One caveat is that laptops are commonly compromised and your security would
depend on nobody stealing keys/passwords needed to access your
database/password manager/whatever.

Having hardware token with paper backup, makes this harder. Having a lot of
tokens creates a huge incentive for getting hacked.

If you have non trivial amounts of tokens under your control, you need to
consider all the points of failure. Laptops get compromised in all sorts of
ways and can be equipped with key loggers or worse. Unless you are a security
expert, defending against a determined & skilled hacker is super hard. Most of
us never get our setups audited by an expert and I'm afraid that a bog
standard OS X/linux setup is probably only get you so far. Even if you turn on
disk encryption and do all the rest of the things you are supposed to do.

So the advantage of a token is that it does not depend on your laptop being
uncompromised and that it is a third party solution that can be scrutinized
and audited. That being said, I'm not a big fan of having a proprietary
software/hardware package and would prefer to trade in my ledger for a
properly OSS platform. There are a few of these platforms but it is early days
and I'd need it to support Stellar though. As far as I know, ledger is the
only thing working with that. I own a few of those for this reason.

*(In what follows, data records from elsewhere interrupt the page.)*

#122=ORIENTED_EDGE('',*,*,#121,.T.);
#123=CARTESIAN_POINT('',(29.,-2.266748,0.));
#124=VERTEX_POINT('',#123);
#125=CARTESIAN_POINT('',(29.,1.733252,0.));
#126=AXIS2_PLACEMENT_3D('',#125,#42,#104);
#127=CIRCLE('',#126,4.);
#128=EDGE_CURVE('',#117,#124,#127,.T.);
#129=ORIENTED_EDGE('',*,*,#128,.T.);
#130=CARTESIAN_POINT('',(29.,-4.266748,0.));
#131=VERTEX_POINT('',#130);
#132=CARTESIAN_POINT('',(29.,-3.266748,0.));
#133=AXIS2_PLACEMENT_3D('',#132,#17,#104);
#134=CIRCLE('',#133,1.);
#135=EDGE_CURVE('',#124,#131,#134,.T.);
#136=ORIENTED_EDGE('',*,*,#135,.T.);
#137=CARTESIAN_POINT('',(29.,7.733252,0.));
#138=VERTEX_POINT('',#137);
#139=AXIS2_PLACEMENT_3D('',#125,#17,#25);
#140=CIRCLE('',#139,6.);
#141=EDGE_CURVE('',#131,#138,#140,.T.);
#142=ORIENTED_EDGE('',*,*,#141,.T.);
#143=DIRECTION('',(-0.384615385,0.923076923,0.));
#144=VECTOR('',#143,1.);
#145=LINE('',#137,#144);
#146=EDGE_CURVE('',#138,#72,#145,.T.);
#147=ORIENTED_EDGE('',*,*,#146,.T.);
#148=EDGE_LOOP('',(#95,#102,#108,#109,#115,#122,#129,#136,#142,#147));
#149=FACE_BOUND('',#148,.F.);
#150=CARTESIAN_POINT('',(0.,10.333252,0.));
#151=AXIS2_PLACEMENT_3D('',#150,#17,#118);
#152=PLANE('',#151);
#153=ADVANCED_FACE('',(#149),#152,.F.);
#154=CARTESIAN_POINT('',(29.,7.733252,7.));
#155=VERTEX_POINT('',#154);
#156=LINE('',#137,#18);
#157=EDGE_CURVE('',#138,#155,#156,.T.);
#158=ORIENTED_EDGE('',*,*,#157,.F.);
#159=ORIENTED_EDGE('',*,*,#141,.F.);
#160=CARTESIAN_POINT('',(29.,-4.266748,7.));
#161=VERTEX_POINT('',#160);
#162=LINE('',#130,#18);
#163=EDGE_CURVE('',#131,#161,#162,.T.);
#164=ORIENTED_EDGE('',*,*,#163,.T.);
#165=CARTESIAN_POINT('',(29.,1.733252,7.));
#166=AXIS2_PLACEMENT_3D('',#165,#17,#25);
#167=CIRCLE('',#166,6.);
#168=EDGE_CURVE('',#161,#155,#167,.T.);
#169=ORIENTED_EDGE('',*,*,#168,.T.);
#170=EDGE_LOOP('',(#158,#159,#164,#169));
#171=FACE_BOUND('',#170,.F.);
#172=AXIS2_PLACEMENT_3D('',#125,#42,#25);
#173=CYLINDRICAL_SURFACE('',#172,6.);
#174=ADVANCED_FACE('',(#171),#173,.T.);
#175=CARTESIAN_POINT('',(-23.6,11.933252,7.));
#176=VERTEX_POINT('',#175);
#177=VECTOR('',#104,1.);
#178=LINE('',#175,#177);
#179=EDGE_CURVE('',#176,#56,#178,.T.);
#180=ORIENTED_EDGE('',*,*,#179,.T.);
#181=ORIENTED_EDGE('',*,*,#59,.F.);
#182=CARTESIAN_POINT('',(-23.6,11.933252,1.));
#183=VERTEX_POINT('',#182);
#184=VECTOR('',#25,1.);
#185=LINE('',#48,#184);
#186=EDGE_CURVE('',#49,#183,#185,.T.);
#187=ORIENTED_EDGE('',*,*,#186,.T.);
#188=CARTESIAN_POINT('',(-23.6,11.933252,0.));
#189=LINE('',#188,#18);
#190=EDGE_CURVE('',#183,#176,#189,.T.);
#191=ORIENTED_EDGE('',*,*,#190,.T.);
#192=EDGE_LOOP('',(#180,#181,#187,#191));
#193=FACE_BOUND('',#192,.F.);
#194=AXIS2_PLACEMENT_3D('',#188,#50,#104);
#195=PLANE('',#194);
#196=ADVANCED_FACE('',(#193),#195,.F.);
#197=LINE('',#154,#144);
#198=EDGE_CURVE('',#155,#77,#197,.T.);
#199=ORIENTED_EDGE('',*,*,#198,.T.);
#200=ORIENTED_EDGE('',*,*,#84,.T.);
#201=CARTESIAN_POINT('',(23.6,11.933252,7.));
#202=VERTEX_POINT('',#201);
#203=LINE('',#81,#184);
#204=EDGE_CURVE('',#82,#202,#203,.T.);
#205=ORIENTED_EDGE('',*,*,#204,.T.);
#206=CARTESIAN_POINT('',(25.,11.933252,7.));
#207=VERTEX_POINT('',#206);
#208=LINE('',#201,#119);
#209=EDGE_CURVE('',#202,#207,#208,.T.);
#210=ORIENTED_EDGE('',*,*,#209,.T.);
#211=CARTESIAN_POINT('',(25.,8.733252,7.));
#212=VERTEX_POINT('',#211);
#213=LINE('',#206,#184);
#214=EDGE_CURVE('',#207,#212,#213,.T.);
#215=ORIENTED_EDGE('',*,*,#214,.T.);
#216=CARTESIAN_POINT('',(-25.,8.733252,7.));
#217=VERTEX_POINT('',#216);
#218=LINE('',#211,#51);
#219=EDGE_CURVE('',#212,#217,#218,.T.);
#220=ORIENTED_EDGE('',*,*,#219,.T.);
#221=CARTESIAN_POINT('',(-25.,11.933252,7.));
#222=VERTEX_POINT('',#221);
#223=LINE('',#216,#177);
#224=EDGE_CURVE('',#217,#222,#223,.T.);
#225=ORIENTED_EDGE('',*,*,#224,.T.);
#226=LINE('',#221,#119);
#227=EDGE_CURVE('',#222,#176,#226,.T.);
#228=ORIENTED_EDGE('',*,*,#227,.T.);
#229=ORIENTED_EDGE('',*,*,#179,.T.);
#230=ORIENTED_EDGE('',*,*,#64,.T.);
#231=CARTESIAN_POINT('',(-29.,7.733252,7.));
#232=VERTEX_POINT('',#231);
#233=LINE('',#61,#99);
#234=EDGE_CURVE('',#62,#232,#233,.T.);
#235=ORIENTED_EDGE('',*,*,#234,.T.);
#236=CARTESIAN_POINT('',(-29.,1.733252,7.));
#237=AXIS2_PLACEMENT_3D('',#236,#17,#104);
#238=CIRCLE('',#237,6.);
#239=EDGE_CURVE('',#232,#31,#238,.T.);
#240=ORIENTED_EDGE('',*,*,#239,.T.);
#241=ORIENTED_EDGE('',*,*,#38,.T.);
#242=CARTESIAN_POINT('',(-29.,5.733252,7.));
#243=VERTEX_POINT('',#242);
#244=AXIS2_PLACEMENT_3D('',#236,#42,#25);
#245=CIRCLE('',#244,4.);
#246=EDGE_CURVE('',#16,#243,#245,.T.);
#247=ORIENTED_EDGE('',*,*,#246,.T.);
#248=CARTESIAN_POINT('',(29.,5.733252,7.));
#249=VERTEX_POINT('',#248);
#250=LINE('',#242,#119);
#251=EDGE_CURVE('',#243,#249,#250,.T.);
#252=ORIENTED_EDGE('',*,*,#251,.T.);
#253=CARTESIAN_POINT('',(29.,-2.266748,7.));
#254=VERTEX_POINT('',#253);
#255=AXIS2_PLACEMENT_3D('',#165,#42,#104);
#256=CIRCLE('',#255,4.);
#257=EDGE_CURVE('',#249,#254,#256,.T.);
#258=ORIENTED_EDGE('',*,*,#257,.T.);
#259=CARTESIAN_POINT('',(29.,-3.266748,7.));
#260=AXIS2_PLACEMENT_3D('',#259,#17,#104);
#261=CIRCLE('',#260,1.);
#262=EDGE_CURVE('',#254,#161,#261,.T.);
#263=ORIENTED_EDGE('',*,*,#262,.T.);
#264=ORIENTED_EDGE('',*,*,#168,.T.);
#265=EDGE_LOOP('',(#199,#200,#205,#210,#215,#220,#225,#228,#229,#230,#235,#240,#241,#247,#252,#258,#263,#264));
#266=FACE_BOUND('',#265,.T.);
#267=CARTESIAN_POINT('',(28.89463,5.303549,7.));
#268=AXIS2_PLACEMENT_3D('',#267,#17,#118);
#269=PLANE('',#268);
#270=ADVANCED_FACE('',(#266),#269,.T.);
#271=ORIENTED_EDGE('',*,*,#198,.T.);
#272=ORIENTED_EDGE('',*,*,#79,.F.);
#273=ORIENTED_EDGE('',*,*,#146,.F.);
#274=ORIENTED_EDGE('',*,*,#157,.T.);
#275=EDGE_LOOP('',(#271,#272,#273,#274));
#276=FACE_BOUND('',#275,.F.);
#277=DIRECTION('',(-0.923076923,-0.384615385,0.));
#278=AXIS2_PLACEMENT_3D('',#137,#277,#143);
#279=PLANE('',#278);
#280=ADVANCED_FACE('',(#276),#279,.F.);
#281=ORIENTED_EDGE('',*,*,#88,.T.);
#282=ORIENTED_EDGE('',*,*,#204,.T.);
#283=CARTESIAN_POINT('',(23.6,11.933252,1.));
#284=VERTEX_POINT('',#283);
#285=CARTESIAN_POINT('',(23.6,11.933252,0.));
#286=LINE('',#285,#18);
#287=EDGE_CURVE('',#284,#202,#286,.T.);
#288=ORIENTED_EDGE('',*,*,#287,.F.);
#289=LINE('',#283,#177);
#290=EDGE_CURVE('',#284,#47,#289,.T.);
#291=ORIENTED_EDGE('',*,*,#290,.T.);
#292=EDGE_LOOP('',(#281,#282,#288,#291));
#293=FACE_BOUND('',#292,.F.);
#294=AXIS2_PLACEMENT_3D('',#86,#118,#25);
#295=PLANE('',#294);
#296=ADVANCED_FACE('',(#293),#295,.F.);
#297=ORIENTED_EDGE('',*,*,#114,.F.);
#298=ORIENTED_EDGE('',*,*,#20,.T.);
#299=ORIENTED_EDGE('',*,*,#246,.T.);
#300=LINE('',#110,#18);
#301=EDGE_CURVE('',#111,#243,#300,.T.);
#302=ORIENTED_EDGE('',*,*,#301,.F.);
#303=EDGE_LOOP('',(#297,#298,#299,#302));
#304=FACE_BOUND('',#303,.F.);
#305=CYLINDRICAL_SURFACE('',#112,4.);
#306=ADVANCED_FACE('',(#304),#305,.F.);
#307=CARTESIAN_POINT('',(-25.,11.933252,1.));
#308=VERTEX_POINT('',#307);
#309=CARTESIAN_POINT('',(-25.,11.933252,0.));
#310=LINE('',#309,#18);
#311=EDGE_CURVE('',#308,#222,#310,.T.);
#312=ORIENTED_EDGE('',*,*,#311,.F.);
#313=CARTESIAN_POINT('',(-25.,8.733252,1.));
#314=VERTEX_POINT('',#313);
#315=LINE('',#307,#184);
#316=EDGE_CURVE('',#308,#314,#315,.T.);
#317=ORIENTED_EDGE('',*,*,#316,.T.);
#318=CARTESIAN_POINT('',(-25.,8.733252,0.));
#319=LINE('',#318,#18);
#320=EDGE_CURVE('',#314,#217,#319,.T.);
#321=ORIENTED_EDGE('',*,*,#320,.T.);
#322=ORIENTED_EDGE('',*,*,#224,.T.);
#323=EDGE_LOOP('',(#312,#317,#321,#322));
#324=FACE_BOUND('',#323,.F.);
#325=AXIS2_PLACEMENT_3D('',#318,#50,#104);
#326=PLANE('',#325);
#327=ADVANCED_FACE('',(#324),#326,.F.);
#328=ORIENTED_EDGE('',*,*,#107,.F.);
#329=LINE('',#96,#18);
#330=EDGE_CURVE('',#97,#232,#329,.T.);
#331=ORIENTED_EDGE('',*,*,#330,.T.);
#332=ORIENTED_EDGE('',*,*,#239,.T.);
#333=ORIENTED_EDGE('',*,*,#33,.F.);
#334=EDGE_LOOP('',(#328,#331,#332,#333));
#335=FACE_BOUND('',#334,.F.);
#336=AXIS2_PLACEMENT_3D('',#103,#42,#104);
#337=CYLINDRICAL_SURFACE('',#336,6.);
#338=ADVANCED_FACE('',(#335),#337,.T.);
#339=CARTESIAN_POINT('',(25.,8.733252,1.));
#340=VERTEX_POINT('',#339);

IMHO there's a big market opportunity for creating a secure, easy to use
hardware token for ubikey/oauthn signins, managing blockchain wallets, and
doing 2fa. Not impossible, but making open hardware/software platforms
commercially is apparently still a big challenge. I'd buy several if the price
and feature set were right . Assuming enough auditing/vetting has happened by
people that are smarter than me, of course.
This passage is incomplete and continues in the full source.